- _Input_:

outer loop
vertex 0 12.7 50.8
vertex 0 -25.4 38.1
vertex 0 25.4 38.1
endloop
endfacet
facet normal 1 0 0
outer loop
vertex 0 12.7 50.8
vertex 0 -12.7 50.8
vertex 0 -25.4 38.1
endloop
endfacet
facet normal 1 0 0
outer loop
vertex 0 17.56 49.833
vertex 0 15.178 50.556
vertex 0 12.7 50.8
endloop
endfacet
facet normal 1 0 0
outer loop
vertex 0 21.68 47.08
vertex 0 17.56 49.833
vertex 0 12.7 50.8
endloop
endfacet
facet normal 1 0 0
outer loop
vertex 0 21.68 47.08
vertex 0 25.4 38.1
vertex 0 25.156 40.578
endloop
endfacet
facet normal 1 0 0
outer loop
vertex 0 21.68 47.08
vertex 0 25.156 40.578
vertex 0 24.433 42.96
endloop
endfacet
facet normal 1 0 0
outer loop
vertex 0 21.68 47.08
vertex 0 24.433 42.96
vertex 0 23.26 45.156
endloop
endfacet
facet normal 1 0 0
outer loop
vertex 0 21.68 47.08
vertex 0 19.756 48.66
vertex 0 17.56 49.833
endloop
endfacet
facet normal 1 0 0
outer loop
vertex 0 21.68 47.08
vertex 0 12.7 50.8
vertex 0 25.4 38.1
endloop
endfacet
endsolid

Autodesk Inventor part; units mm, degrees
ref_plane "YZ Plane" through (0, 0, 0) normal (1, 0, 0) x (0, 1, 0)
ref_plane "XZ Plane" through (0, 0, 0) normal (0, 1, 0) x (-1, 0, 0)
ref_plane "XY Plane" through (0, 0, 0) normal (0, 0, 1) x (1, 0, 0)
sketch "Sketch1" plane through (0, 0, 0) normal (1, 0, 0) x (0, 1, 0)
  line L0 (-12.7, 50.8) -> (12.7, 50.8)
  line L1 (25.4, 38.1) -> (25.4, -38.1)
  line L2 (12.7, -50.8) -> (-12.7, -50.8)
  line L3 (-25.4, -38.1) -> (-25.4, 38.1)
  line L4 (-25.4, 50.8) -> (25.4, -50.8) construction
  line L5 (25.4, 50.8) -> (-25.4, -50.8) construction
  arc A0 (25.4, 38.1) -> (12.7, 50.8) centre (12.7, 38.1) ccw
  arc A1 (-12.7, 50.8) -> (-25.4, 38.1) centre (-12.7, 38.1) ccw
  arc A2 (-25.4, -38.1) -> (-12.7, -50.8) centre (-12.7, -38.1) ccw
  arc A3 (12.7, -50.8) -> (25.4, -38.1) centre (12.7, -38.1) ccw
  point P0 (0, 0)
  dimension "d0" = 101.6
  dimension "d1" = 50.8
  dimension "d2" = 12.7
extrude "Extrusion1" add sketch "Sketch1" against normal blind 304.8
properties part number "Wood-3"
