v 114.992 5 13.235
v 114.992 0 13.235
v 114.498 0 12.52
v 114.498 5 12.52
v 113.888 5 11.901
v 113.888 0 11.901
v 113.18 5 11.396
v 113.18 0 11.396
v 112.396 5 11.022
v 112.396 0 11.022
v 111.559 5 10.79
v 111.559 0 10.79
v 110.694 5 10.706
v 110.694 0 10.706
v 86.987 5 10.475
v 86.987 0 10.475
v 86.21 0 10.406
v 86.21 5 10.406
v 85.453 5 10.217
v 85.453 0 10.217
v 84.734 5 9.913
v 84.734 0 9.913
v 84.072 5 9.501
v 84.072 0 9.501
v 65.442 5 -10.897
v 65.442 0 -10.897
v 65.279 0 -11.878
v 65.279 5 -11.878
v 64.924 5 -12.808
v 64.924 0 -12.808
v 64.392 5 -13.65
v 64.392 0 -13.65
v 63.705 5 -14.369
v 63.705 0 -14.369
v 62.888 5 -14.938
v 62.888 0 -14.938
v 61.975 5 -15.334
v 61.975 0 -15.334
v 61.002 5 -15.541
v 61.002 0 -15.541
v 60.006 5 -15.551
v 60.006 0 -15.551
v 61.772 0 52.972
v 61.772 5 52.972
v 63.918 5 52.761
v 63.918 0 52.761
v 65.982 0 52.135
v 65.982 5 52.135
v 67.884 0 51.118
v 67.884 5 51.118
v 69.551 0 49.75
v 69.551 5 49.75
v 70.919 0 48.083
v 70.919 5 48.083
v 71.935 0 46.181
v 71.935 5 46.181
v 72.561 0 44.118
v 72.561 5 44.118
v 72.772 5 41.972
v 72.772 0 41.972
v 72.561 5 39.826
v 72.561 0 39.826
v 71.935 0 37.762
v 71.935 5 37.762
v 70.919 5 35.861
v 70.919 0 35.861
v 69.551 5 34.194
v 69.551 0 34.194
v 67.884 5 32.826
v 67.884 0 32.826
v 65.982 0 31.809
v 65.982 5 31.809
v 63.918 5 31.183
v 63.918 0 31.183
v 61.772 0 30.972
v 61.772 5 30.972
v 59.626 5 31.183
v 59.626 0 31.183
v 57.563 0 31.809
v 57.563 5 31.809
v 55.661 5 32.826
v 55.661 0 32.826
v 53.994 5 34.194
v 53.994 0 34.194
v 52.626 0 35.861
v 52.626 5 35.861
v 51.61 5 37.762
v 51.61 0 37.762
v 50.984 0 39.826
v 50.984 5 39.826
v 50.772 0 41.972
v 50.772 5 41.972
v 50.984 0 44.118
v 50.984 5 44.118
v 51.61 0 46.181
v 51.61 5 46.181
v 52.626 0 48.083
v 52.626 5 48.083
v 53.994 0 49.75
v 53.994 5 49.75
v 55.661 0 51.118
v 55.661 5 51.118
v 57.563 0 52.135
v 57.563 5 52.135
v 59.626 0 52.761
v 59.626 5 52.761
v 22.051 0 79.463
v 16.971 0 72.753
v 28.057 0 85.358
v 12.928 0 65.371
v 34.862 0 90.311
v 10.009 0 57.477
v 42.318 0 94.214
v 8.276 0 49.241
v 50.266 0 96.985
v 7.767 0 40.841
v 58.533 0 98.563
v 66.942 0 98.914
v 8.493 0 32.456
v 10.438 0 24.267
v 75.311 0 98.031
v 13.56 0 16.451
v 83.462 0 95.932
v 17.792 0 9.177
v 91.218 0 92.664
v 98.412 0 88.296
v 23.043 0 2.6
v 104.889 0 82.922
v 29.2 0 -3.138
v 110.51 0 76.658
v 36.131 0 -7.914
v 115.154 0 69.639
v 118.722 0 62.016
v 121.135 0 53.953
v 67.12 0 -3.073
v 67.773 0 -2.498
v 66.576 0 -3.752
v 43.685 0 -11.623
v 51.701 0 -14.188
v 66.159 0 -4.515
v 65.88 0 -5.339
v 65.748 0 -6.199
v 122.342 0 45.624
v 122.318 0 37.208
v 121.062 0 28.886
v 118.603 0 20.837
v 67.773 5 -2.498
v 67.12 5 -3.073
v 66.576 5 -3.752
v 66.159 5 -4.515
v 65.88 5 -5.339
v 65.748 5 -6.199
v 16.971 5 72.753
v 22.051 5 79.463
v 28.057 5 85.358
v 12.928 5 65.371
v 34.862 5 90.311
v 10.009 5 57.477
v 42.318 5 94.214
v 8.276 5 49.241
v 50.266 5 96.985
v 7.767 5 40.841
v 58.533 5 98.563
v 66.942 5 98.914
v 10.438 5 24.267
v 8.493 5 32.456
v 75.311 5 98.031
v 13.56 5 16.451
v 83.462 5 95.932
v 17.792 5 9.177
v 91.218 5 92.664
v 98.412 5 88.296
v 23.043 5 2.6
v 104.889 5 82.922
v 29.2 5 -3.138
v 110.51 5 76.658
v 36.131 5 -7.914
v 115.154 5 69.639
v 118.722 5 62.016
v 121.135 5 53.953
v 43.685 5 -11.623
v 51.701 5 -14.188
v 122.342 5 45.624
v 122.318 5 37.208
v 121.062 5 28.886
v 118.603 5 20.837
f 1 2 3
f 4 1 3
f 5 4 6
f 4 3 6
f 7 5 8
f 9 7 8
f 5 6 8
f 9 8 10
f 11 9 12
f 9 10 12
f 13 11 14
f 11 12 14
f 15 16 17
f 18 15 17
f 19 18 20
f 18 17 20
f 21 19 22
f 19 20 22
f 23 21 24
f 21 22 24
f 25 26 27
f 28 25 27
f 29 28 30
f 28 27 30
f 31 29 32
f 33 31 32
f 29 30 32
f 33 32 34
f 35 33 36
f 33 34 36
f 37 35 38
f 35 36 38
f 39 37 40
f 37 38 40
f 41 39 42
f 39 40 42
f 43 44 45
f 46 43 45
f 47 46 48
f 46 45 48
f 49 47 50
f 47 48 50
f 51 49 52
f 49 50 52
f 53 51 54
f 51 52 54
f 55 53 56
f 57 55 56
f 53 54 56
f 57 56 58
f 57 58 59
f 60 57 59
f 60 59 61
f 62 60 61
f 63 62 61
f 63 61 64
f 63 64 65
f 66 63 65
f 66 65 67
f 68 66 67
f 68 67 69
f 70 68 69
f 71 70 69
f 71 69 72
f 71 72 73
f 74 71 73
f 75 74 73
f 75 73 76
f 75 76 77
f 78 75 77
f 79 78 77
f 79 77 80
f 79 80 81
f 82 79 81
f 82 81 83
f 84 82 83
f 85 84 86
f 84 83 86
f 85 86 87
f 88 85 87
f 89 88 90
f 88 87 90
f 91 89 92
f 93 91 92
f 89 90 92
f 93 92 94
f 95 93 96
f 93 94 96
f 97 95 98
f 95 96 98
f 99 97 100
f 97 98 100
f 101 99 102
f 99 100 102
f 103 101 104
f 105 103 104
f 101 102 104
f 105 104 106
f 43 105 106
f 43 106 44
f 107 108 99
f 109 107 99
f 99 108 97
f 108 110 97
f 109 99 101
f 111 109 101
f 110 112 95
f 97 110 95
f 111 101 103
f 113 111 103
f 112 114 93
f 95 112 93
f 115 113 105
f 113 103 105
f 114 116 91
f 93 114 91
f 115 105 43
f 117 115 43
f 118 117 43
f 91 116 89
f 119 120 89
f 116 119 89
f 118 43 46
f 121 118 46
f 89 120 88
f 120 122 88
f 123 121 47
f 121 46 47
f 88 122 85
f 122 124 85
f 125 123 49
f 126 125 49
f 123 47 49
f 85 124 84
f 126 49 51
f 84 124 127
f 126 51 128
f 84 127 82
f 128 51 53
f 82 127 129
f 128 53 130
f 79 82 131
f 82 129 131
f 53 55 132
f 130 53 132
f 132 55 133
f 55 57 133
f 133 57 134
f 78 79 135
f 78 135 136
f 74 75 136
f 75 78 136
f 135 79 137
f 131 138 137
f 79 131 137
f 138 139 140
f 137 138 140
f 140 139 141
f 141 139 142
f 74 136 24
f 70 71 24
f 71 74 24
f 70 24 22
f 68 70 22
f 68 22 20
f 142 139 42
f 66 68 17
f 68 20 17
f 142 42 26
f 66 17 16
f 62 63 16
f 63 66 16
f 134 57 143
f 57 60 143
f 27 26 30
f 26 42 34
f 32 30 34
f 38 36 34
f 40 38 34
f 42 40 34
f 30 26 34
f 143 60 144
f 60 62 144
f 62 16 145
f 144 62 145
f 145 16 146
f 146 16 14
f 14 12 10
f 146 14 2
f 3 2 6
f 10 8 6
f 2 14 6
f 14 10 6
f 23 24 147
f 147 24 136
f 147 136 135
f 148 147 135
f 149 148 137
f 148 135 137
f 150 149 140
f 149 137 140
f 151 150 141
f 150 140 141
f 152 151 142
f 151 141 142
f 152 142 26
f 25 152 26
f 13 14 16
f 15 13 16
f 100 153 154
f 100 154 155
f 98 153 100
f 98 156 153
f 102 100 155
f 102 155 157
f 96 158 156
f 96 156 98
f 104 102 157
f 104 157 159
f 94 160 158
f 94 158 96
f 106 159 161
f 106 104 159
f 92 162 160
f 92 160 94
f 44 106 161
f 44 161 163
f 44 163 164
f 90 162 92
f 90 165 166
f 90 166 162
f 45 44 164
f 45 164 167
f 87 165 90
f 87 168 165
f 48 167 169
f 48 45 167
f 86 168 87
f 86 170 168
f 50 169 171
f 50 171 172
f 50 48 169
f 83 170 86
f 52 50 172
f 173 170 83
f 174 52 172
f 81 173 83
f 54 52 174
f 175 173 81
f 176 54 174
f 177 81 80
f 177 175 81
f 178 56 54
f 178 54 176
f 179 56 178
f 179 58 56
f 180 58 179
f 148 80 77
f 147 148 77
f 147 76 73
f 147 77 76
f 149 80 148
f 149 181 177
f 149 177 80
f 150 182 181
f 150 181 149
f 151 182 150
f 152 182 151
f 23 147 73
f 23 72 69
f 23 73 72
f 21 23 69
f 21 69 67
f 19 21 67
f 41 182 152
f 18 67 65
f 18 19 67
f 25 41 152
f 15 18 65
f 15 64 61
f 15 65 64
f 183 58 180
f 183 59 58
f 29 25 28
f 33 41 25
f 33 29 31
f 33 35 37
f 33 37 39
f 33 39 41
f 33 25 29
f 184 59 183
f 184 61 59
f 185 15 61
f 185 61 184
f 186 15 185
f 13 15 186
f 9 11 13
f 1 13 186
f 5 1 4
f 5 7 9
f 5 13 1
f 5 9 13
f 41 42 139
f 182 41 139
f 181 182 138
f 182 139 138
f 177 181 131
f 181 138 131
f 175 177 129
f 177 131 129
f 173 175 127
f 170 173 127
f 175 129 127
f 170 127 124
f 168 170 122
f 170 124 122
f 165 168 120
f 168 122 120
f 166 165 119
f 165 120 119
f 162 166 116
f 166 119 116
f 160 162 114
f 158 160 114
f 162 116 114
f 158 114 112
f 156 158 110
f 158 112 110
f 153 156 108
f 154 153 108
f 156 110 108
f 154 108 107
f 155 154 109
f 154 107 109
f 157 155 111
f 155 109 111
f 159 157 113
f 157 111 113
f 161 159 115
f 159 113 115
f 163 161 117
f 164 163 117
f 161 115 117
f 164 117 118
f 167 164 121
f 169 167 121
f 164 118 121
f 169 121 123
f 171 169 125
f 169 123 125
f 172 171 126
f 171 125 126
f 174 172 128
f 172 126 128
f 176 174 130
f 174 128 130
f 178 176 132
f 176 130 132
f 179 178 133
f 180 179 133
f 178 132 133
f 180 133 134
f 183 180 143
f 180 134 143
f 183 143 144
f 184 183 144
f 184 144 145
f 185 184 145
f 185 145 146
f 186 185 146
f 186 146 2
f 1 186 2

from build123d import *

# Parameters (mm, degrees)
EXTRUDE_1_DEPTH     = 5
SKETCH_3_R          = 11
CUT_EXTRUDE_1_DEPTH = 158.534808963


with BuildPart() as part:
    # Эскиз1 → Вытянуть1 (new body)
    with BuildSketch(Plane(origin=(0, 0, 0), x_dir=(1, 0, 0), z_dir=(0, 1, 0))):
        with BuildLine():
            Line((110.693591381, -10.706034223), (86.987107148, -10.47450238))
            ThreePointArc((86.987107148, -10.47450238), (85.452697722, -10.217456373), (84.071576651, -9.501223505))
            Line((84.071576651, -9.501223505), (67.773001994, 2.498048819))
            ThreePointArc((67.773001994, 2.498048819), (66.350950932, 4.124659089), (65.74794659, 6.199382193))
            Line((65.74794659, 6.199382193), (65.441843699, 10.89653157))
            ThreePointArc((65.441843699, 10.89653157), (63.704749785, 14.369065402), (60.006376962, 15.55144645))
            ThreePointArc((60.006376962, 15.55144645), (38.518658839, -92.399615134), (114.99158645, -13.234944542))
            ThreePointArc((114.99158645, -13.234944542), (113.18036629, -11.396421777), (110.693591381, -10.706034223))
        make_face()
    extrude(amount=EXTRUDE_1_DEPTH)

    # Эскиз3 → Вырез-Вытянуть1 (cut, through all)
    with BuildSketch(Plane(origin=(0, 5, 0), x_dir=(1, 0, 0), z_dir=(0, 1, 0))):
        with Locations(Location((61.772466567, -41.971863474, 0), (0, 0, 270))):
            Circle(SKETCH_3_R)
    extrude(amount=-CUT_EXTRUDE_1_DEPTH, mode=Mode.SUBTRACT)


solid = part.part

- _What you are asked to do_: Reproduce only the lines from the top of the material through the one bearing "vertex 0 19.756 48.66", each exactly as it stands.

- _Answer to this task_:
outer loop
vertex 0 12.7 50.8
vertex 0 -25.4 38.1
vertex 0 25.4 38.1
endloop
endfacet
facet normal 1 0 0
outer loop
vertex 0 12.7 50.8
vertex 0 -12.7 50.8
vertex 0 -25.4 38.1
endloop
endfacet
facet normal 1 0 0
outer loop
vertex 0 17.56 49.833
vertex 0 15.178 50.556
vertex 0 12.7 50.8
endloop
endfacet
facet normal 1 0 0
outer loop
vertex 0 21.68 47.08
vertex 0 17.56 49.833
vertex 0 12.7 50.8
endloop
endfacet
facet normal 1 0 0
outer loop
vertex 0 21.68 47.08
vertex 0 25.4 38.1
vertex 0 25.156 40.578
endloop
endfacet
facet normal 1 0 0
outer loop
vertex 0 21.68 47.08
vertex 0 25.156 40.578
vertex 0 24.433 42.96
endloop
endfacet
facet normal 1 0 0
outer loop
vertex 0 21.68 47.08
vertex 0 24.433 42.96
vertex 0 23.26 45.156
endloop
endfacet
facet normal 1 0 0
outer loop
vertex 0 21.68 47.08
vertex 0 19.756 48.66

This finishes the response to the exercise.